Beginning with the line that holds "#160=CIRCLE('',#159,3.175);" in the data below, give again every line through the one that holds "#168=PLANE('',#54);", exactly as written.
*** Exercise input
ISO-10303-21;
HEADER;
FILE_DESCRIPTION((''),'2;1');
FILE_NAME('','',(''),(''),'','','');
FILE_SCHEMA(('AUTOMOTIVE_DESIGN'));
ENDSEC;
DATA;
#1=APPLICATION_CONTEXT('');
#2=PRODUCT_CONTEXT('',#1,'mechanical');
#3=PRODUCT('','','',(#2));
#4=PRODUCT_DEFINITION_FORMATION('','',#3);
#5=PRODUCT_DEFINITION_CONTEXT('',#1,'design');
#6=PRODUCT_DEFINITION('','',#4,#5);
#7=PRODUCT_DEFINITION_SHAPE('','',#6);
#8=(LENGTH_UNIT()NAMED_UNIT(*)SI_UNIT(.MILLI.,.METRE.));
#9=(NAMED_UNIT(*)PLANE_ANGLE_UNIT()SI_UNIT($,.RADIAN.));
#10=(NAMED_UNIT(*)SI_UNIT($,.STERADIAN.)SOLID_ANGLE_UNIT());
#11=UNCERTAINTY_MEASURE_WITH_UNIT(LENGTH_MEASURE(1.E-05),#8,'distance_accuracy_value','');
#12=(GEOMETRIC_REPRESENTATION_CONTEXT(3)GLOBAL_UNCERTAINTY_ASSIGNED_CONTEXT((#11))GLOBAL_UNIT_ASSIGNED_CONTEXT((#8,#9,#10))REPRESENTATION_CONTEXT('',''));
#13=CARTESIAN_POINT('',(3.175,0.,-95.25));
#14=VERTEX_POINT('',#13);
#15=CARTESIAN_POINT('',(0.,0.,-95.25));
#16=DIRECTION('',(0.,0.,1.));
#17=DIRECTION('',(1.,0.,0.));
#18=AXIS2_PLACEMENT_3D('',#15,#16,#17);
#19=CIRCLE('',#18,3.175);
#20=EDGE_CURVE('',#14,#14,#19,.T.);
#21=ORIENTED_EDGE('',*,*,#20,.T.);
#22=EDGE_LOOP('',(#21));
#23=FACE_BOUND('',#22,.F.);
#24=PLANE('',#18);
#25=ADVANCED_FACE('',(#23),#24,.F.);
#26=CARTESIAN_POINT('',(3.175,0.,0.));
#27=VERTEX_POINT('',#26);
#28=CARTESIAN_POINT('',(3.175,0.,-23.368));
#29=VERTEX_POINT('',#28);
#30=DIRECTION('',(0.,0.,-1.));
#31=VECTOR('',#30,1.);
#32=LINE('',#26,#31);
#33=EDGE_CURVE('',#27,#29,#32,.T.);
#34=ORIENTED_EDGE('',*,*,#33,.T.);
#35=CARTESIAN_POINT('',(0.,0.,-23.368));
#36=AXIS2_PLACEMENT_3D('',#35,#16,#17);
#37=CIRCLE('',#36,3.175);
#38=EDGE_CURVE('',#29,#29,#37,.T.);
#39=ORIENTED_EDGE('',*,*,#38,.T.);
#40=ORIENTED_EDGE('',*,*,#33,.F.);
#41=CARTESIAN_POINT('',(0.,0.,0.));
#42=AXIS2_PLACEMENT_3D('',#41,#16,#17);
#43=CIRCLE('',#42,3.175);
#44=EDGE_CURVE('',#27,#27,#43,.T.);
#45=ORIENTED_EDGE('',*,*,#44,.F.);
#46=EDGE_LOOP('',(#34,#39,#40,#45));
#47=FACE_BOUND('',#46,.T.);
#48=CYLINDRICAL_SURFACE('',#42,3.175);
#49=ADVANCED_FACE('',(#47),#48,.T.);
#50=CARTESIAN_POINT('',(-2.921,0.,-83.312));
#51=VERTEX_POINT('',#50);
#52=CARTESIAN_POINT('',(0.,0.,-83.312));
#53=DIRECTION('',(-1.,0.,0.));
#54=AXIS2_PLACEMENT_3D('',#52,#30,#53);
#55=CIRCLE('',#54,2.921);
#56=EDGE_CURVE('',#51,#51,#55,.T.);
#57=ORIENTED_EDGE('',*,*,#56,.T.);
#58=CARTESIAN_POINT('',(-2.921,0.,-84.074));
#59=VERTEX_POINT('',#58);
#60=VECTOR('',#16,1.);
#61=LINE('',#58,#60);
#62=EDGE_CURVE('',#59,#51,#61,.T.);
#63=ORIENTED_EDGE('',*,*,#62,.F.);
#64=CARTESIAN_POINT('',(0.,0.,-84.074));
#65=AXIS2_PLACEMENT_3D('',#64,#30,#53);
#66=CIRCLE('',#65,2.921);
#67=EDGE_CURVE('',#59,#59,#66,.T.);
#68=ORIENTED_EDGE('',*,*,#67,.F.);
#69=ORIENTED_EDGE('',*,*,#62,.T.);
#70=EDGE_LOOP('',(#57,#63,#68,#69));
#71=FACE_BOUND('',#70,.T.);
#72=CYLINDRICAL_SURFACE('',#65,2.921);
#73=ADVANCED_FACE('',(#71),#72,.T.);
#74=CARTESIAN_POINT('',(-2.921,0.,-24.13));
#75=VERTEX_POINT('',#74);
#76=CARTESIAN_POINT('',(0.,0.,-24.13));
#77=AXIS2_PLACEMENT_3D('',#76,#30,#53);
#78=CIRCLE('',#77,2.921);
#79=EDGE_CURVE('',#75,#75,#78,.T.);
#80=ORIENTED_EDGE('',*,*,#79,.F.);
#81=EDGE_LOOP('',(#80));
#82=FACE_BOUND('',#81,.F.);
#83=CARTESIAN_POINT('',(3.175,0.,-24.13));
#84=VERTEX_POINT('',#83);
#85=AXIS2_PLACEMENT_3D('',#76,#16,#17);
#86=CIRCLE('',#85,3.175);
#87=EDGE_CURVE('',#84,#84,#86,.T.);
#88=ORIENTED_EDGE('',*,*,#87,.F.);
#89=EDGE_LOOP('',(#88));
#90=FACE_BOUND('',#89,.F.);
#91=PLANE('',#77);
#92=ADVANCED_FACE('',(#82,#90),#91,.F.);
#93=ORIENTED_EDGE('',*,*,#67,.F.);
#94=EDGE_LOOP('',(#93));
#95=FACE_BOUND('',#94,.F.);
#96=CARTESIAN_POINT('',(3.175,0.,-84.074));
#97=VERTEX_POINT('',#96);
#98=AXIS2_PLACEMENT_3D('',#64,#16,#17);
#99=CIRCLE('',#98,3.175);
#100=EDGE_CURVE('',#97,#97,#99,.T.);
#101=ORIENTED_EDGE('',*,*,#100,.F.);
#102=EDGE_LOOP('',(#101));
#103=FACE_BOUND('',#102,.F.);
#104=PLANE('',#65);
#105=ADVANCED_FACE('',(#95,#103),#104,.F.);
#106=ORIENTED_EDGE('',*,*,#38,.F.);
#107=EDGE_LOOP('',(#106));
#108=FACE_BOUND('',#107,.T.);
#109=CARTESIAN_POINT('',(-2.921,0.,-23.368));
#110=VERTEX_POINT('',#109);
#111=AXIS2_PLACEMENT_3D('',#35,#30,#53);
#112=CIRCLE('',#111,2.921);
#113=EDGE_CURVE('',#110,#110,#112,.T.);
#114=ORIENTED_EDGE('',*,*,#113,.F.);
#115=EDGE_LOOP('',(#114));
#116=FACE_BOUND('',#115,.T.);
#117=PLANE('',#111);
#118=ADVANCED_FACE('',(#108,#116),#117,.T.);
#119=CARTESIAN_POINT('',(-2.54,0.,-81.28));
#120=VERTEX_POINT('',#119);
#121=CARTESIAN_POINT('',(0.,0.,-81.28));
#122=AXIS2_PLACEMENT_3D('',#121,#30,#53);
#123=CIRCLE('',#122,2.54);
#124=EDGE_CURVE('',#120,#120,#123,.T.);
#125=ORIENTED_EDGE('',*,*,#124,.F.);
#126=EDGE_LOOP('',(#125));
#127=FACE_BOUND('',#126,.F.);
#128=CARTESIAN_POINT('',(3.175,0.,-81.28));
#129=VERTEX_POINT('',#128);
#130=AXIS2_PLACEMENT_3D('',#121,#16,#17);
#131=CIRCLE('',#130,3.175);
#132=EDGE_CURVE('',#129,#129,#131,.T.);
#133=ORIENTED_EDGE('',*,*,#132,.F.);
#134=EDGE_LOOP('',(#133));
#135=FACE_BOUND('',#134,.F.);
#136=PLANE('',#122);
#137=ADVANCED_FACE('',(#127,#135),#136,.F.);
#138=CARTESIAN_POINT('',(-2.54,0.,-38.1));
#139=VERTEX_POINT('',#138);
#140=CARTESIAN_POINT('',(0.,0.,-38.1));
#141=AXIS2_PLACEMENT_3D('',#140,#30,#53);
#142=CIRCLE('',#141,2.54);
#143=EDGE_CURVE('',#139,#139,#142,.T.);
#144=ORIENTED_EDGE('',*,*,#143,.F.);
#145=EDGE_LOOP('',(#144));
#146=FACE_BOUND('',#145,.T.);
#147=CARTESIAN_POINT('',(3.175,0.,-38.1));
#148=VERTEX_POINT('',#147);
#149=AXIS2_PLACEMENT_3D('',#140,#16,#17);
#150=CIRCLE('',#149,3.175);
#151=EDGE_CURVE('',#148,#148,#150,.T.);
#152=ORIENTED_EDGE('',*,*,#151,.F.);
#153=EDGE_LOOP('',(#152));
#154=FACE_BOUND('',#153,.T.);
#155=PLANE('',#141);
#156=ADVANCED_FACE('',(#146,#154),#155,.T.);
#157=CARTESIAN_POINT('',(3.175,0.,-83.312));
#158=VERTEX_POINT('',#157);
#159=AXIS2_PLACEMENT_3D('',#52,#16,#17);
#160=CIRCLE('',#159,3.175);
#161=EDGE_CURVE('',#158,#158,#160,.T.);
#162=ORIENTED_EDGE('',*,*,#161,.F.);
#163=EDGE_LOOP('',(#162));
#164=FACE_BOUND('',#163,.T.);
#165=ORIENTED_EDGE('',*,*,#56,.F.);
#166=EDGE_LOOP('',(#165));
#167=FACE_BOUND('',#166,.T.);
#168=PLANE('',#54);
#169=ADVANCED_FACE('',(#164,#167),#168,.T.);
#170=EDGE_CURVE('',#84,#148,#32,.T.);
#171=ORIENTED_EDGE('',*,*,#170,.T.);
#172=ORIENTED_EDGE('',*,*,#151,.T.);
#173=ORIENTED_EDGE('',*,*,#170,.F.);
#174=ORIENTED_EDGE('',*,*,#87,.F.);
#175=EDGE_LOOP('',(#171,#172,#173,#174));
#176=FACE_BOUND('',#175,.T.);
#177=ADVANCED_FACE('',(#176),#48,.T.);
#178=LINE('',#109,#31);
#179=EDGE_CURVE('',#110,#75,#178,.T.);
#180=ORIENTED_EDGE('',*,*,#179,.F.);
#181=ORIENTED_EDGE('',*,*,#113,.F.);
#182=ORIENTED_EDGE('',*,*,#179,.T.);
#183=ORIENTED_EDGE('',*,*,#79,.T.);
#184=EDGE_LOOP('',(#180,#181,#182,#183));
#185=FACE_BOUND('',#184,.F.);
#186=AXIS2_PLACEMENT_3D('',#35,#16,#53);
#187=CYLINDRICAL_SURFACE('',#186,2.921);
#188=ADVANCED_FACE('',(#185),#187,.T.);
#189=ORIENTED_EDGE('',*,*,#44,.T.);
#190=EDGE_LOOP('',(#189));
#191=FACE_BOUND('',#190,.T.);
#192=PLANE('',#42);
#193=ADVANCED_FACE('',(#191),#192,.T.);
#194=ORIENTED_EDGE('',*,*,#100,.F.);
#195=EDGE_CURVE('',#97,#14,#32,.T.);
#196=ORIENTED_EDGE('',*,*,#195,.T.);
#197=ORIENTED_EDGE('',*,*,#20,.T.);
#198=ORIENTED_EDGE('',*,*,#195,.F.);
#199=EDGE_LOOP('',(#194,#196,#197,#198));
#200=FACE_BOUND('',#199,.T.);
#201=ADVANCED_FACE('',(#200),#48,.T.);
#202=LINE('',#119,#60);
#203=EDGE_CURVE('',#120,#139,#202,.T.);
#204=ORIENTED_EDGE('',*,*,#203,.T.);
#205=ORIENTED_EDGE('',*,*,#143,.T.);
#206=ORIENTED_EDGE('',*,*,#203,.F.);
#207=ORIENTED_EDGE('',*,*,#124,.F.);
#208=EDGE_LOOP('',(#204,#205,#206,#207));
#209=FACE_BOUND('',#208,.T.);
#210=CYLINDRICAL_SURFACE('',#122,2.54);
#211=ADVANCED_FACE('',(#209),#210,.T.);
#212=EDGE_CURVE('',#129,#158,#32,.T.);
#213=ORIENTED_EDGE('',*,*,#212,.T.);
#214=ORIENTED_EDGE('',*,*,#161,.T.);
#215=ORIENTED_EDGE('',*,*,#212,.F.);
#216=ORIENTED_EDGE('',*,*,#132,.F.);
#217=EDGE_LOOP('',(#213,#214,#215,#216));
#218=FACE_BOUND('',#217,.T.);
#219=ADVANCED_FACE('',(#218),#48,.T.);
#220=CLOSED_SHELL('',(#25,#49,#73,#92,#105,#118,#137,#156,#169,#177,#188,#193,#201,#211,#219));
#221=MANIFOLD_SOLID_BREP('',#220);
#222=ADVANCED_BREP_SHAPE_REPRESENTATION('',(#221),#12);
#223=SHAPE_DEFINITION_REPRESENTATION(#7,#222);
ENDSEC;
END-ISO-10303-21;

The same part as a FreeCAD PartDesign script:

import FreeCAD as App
import Part
import Sketcher
Q = App.Units.Quantity

doc = App.newDocument("Part")
body = doc.addObject("PartDesign::Body", "Body")

# Sketch on XY plane
sketch1 = doc.addObject("Sketcher::SketchObject", "Sketch")
body.addObject(sketch1)
sketch1.AttachmentSupport = (doc.XY_Plane, [""])
sketch1.MapMode = "FlatFace"
sketch1.addGeometry(Part.Circle(App.Vector(0, 0, 0), App.Vector(0, 0, 1), 3.2), False)
sketch1.addConstraint([
    Sketcher.Constraint("Coincident", 0, 3, -1, 1),
    Sketcher.Constraint("Diameter", 0, Q("0.25 in")),
])
pad1 = doc.addObject("PartDesign::Pad", "Pad")
body.addObject(pad1)
pad1.Profile = sketch1
pad1.Length = Q("3.75 in")
pad1.Reversed = True

# Sketch on XY plane
sketch2 = doc.addObject("Sketcher::SketchObject", "Sketch001")
body.addObject(sketch2)
sketch2.AttachmentSupport = (doc.XY_Plane, [""])
sketch2.MapMode = "FlatFace"
sketch2.AttachmentOffset = App.Placement(App.Vector(0, 0, -3.2 * 25.4), App.Rotation())
sketch2.addGeometry([
    Part.Circle(App.Vector(0, 0, 0), App.Vector(0, 0, 1), 3.2),
    Part.Circle(App.Vector(0, 0, 0), App.Vector(0, 0, 1), 2.5),
], False)
sketch2.addConstraint([
    Sketcher.Constraint("Coincident", 0, 3, -1, 1),
    Sketcher.Constraint("Coincident", 1, 3, -1, 1),
    Sketcher.Constraint("Diameter", 1, Q("0.2 in")),
    Sketcher.Constraint("Diameter", 0, Q("0.25 in")),
])
pocket1 = doc.addObject("PartDesign::Pocket", "Pocket")
body.addObject(pocket1)
pocket1.Profile = sketch2
pocket1.Length = Q("1.7 in")
pocket1.Reversed = True

# Sketch on XY plane
sketch3 = doc.addObject("Sketcher::SketchObject", "Sketch002")
body.addObject(sketch3)
sketch3.AttachmentSupport = (doc.XY_Plane, [""])
sketch3.MapMode = "FlatFace"
sketch3.AttachmentOffset = App.Placement(App.Vector(0, 0, -3.31 * 25.4), App.Rotation())
sketch3.addGeometry([
    Part.Circle(App.Vector(0, 0, 0), App.Vector(0, 0, 1), 3.2),
    Part.Circle(App.Vector(0, 0, 0), App.Vector(0, 0, 1), 2.9),
], False)
sketch3.addConstraint([
    Sketcher.Constraint("Coincident", 0, 3, -1, 1),
    Sketcher.Constraint("Coincident", 1, 3, -1, 1),
    Sketcher.Constraint("Diameter", 0, Q("0.25 in")),
    Sketcher.Constraint("Diameter", 1, Q("0.23 in")),
])
pocket2 = doc.addObject("PartDesign::Pocket", "Pocket001")
body.addObject(pocket2)
pocket2.Profile = sketch3
pocket2.Length = Q("0.03 in")
pocket2.Reversed = True

# Sketch on XY plane
sketch4 = doc.addObject("Sketcher::SketchObject", "Sketch003")
body.addObject(sketch4)
sketch4.AttachmentSupport = (doc.XY_Plane, [""])
sketch4.MapMode = "FlatFace"
sketch4.AttachmentOffset = App.Placement(App.Vector(0, 0, -0.92 * 25.4), App.Rotation())
sketch4.addGeometry([
    Part.Circle(App.Vector(0, 0, 0), App.Vector(0, 0, 1), 3.2),
    Part.Circle(App.Vector(0, 0, 0), App.Vector(0, 0, 1), 2.9),
], False)
sketch4.addConstraint([
    Sketcher.Constraint("Coincident", 0, 3, -1, 1),
    Sketcher.Constraint("Coincident", 1, 3, -1, 1),
    Sketcher.Constraint("Diameter", 0, Q("0.25 in")),
    Sketcher.Constraint("Diameter", 1, Q("0.23 in")),
])
pocket3 = doc.addObject("PartDesign::Pocket", "Pocket002")
body.addObject(pocket3)
pocket3.Profile = sketch4
pocket3.Length = Q("0.03 in")

doc.recompute()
******
_Exercise solution_
#160=CIRCLE('',#159,3.175);
#161=EDGE_CURVE('',#158,#158,#160,.T.);
#162=ORIENTED_EDGE('',*,*,#161,.F.);
#163=EDGE_LOOP('',(#162));
#164=FACE_BOUND('',#163,.T.);
#165=ORIENTED_EDGE('',*,*,#56,.F.);
#166=EDGE_LOOP('',(#165));
#167=FACE_BOUND('',#166,.T.);
#168=PLANE('',#54);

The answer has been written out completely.